***** RECORDS PROVIDED *****

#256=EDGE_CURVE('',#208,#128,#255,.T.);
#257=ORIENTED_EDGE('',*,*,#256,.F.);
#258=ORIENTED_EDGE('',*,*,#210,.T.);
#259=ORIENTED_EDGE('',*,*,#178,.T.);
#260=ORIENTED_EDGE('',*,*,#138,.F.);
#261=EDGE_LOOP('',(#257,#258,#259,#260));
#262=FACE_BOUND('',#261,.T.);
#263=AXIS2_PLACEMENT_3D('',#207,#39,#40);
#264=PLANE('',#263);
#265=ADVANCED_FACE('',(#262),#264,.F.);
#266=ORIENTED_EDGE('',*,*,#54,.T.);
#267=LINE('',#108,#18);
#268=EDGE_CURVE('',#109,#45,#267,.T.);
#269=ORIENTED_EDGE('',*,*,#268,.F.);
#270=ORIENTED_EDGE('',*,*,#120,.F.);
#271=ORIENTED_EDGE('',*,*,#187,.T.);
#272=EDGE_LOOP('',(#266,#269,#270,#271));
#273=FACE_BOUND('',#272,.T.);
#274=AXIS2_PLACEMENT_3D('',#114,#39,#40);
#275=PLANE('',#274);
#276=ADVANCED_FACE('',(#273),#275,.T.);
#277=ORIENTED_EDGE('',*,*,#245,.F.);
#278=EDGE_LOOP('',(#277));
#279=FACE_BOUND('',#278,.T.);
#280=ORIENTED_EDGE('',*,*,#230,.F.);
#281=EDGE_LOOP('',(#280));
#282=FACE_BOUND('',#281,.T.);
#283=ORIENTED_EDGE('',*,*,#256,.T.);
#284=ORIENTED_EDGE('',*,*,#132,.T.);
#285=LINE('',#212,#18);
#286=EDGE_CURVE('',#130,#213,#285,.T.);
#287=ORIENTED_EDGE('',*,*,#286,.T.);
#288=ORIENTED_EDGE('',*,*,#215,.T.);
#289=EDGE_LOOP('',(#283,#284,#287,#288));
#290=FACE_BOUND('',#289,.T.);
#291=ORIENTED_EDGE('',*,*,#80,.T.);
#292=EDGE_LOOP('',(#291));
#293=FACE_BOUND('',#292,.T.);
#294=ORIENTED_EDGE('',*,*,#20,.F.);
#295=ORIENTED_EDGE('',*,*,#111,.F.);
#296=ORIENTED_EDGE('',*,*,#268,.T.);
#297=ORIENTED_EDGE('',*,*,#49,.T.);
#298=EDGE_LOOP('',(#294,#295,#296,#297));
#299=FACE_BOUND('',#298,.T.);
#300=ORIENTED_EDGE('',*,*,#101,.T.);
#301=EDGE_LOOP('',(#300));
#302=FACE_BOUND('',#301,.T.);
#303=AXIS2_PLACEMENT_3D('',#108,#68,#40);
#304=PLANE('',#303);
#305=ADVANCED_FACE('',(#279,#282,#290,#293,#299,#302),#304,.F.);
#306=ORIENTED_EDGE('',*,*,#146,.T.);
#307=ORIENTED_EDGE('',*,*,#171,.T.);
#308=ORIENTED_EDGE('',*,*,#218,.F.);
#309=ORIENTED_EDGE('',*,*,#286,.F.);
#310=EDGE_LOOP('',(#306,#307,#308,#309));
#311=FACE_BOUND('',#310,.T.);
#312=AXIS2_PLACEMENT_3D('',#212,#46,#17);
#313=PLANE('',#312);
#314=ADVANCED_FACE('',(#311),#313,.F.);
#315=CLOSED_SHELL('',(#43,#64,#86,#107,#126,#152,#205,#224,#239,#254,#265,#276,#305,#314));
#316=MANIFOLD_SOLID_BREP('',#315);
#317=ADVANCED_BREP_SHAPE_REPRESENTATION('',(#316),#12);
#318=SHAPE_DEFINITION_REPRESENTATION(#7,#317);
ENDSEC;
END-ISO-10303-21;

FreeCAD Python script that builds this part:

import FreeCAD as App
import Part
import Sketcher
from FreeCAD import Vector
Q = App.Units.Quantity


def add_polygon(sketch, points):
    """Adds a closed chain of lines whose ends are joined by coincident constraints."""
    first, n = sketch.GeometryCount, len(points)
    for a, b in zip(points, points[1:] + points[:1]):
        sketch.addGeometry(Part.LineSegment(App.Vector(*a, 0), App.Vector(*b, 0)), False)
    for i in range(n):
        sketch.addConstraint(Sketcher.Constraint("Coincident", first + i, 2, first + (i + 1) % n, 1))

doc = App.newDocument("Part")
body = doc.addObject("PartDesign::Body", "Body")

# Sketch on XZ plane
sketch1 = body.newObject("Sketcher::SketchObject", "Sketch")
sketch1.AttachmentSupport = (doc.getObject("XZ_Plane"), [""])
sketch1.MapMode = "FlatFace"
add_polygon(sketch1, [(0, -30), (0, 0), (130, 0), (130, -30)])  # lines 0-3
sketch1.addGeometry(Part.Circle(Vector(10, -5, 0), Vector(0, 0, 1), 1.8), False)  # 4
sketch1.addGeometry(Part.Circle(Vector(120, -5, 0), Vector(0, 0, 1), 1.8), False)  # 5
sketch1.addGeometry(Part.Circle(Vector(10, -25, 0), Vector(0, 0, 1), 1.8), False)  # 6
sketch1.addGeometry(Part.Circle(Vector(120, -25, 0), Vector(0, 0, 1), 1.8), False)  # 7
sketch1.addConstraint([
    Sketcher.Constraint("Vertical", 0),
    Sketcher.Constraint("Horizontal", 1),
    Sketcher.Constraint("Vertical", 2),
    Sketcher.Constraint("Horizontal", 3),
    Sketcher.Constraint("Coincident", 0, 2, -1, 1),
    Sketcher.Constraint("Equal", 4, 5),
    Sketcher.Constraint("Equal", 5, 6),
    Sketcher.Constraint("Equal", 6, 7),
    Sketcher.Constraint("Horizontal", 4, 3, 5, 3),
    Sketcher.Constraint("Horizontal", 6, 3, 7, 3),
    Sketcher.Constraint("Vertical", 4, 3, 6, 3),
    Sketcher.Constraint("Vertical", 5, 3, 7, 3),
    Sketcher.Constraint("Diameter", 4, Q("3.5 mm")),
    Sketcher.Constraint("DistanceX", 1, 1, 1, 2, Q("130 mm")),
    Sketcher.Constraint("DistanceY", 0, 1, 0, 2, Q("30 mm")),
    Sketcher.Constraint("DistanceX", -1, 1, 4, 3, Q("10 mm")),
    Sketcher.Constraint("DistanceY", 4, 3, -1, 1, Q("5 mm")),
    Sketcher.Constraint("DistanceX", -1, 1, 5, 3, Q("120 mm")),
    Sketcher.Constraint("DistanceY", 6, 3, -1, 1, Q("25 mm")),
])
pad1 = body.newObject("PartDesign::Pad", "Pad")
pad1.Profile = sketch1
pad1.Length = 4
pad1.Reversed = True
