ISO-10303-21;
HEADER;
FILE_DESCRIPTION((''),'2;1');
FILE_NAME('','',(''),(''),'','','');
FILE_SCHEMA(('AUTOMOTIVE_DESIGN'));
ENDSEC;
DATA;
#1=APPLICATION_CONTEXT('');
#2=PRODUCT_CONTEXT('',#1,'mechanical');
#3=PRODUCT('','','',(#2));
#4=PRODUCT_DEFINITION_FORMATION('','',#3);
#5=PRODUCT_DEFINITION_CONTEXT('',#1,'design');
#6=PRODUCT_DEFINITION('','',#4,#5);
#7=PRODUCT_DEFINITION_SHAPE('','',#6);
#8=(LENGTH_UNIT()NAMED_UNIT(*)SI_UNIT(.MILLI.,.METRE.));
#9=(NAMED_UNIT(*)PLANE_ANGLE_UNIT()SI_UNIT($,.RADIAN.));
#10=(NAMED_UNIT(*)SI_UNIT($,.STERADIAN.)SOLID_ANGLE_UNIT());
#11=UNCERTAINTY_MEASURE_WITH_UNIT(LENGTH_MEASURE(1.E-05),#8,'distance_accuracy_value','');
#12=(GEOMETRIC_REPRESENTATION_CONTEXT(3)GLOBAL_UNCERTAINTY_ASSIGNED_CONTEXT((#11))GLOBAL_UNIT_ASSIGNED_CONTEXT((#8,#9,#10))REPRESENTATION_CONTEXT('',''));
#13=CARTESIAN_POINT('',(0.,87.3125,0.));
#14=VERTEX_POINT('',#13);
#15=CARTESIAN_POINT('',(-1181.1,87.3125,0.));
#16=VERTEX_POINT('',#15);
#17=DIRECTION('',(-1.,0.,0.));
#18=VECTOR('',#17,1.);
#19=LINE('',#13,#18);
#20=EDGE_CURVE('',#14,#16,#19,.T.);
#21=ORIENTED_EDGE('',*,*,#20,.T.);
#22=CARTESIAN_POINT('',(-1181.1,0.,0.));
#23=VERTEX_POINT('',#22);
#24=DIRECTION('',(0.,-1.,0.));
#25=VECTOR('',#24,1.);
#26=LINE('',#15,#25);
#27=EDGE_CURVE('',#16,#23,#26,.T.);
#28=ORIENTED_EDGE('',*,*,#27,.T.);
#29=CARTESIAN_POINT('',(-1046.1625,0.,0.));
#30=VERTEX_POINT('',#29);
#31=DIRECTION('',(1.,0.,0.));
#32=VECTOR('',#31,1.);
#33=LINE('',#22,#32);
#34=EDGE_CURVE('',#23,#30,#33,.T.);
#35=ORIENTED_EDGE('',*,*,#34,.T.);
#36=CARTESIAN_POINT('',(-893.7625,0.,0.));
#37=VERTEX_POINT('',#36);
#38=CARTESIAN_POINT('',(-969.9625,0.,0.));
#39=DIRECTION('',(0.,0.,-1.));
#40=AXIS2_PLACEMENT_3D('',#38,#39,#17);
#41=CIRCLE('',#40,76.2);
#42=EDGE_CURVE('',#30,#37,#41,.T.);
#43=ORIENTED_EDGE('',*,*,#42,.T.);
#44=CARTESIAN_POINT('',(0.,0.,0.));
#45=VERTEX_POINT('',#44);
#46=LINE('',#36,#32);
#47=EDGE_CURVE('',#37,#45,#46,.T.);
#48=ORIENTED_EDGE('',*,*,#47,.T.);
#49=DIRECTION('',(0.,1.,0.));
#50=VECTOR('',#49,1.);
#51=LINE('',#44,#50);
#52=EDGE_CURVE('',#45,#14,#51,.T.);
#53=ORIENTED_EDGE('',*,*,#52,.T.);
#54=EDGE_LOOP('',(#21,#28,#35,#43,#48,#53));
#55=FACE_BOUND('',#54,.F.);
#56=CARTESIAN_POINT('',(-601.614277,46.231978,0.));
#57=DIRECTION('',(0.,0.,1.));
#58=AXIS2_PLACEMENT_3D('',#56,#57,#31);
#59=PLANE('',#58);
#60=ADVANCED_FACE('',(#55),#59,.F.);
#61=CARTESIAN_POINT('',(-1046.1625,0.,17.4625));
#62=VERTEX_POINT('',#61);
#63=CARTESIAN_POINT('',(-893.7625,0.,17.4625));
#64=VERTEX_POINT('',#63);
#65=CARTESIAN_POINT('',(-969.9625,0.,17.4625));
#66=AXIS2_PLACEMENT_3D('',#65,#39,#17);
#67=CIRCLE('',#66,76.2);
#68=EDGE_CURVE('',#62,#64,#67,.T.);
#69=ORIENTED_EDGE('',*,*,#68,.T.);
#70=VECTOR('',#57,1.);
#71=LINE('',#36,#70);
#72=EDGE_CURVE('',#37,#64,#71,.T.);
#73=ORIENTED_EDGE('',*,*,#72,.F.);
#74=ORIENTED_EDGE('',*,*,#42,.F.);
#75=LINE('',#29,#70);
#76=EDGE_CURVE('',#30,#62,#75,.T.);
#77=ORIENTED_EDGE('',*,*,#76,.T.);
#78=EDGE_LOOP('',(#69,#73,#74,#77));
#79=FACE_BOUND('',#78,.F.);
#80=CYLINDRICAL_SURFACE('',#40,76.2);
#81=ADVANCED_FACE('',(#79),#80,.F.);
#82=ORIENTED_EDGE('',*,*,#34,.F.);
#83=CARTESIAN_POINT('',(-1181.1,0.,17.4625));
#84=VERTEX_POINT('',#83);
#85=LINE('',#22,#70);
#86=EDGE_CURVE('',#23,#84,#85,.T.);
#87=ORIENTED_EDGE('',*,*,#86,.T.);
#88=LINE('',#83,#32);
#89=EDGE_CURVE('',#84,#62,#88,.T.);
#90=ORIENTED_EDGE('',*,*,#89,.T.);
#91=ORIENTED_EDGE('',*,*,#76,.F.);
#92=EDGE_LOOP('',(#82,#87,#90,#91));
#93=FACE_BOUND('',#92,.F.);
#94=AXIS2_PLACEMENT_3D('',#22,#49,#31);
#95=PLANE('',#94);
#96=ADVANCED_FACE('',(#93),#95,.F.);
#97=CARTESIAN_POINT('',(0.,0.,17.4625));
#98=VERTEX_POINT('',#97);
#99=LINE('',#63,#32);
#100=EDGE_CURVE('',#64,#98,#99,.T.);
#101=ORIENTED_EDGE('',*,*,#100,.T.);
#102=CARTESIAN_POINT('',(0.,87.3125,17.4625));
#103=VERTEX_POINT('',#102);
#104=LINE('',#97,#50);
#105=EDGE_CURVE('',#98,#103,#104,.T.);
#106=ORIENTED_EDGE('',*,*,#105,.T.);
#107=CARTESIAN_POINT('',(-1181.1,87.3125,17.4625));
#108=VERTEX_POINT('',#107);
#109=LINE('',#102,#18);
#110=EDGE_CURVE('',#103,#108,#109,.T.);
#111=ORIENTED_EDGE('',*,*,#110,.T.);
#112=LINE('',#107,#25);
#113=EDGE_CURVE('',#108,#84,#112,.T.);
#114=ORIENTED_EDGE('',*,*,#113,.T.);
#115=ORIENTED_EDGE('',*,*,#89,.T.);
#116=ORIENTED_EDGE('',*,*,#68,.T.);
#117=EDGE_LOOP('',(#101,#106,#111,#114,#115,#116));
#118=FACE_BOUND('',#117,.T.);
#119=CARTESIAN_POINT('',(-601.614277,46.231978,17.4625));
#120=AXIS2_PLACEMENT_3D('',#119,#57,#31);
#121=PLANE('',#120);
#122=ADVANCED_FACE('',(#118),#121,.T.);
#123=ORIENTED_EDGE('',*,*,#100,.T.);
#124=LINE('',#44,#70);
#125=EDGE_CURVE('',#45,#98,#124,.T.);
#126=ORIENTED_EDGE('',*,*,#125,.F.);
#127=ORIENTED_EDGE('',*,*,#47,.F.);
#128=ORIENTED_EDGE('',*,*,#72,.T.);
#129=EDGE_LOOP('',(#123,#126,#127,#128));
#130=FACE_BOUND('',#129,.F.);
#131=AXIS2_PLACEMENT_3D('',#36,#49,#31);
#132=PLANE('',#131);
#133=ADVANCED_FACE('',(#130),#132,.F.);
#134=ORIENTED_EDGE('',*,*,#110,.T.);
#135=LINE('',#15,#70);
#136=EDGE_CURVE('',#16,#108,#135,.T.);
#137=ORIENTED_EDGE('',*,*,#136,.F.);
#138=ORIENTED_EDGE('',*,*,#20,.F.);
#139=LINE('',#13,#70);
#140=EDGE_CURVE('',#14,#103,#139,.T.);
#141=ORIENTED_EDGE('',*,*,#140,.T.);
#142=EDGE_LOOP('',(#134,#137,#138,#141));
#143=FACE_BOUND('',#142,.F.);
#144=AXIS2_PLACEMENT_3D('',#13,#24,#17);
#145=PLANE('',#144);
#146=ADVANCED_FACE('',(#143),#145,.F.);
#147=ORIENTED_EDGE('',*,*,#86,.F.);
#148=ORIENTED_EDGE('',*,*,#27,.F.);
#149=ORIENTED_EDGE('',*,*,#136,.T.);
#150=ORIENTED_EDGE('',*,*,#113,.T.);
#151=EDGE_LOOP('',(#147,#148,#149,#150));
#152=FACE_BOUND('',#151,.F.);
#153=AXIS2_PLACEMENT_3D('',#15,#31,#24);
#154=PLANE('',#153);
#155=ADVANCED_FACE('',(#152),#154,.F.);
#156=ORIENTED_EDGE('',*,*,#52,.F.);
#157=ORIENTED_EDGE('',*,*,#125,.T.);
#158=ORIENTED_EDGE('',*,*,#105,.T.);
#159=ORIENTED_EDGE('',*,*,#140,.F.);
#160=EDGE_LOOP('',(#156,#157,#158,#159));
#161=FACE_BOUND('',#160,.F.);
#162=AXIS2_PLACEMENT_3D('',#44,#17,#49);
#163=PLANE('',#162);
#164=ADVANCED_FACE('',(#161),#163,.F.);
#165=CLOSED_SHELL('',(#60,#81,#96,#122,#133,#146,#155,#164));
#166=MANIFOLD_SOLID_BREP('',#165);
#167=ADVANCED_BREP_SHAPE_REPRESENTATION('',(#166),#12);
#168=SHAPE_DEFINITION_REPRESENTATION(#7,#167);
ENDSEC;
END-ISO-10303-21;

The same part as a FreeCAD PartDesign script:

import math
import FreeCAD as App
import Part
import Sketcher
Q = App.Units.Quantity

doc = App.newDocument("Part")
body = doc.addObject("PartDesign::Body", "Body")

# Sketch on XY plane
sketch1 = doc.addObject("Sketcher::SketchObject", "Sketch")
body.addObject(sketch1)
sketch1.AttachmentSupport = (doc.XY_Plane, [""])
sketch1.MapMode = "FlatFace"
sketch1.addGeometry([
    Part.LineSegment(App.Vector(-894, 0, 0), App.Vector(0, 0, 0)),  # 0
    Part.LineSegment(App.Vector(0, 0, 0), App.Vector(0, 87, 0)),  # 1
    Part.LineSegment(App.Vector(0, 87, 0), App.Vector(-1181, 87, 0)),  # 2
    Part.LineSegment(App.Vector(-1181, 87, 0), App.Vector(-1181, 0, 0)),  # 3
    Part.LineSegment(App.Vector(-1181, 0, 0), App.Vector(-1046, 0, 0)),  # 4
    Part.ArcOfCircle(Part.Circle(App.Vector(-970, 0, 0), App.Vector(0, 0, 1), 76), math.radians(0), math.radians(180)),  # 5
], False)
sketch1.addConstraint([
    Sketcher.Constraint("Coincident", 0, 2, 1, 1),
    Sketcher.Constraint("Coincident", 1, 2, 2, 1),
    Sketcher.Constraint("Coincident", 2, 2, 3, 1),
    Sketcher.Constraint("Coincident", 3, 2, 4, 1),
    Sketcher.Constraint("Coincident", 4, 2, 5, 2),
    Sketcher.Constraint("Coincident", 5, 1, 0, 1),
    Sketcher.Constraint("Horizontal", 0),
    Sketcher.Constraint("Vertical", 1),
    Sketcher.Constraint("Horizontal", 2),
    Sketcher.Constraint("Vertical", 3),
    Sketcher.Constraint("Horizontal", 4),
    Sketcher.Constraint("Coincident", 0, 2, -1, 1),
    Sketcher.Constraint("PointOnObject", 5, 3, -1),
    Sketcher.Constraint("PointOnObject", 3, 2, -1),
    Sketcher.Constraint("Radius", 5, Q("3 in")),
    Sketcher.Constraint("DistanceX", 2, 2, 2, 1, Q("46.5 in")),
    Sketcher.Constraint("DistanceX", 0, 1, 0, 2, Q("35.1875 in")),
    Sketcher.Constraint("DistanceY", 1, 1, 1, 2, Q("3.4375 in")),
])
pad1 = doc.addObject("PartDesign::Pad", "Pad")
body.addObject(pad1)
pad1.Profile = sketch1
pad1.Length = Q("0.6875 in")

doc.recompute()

*****

TASK DETAILS:
The first line of the entries, the line with "#271=ORIENTED_EDGE('',*,*,#187,.T.);", and every line between them should be retyped exactly, and nothing else.

THE ANSWER:
#256=EDGE_CURVE('',#208,#128,#255,.T.);
#257=ORIENTED_EDGE('',*,*,#256,.F.);
#258=ORIENTED_EDGE('',*,*,#210,.T.);
#259=ORIENTED_EDGE('',*,*,#178,.T.);
#260=ORIENTED_EDGE('',*,*,#138,.F.);
#261=EDGE_LOOP('',(#257,#258,#259,#260));
#262=FACE_BOUND('',#261,.T.);
#263=AXIS2_PLACEMENT_3D('',#207,#39,#40);
#264=PLANE('',#263);
#265=ADVANCED_FACE('',(#262),#264,.F.);
#266=ORIENTED_EDGE('',*,*,#54,.T.);
#267=LINE('',#108,#18);
#268=EDGE_CURVE('',#109,#45,#267,.T.);
#269=ORIENTED_EDGE('',*,*,#268,.F.);
#270=ORIENTED_EDGE('',*,*,#120,.F.);
#271=ORIENTED_EDGE('',*,*,#187,.T.);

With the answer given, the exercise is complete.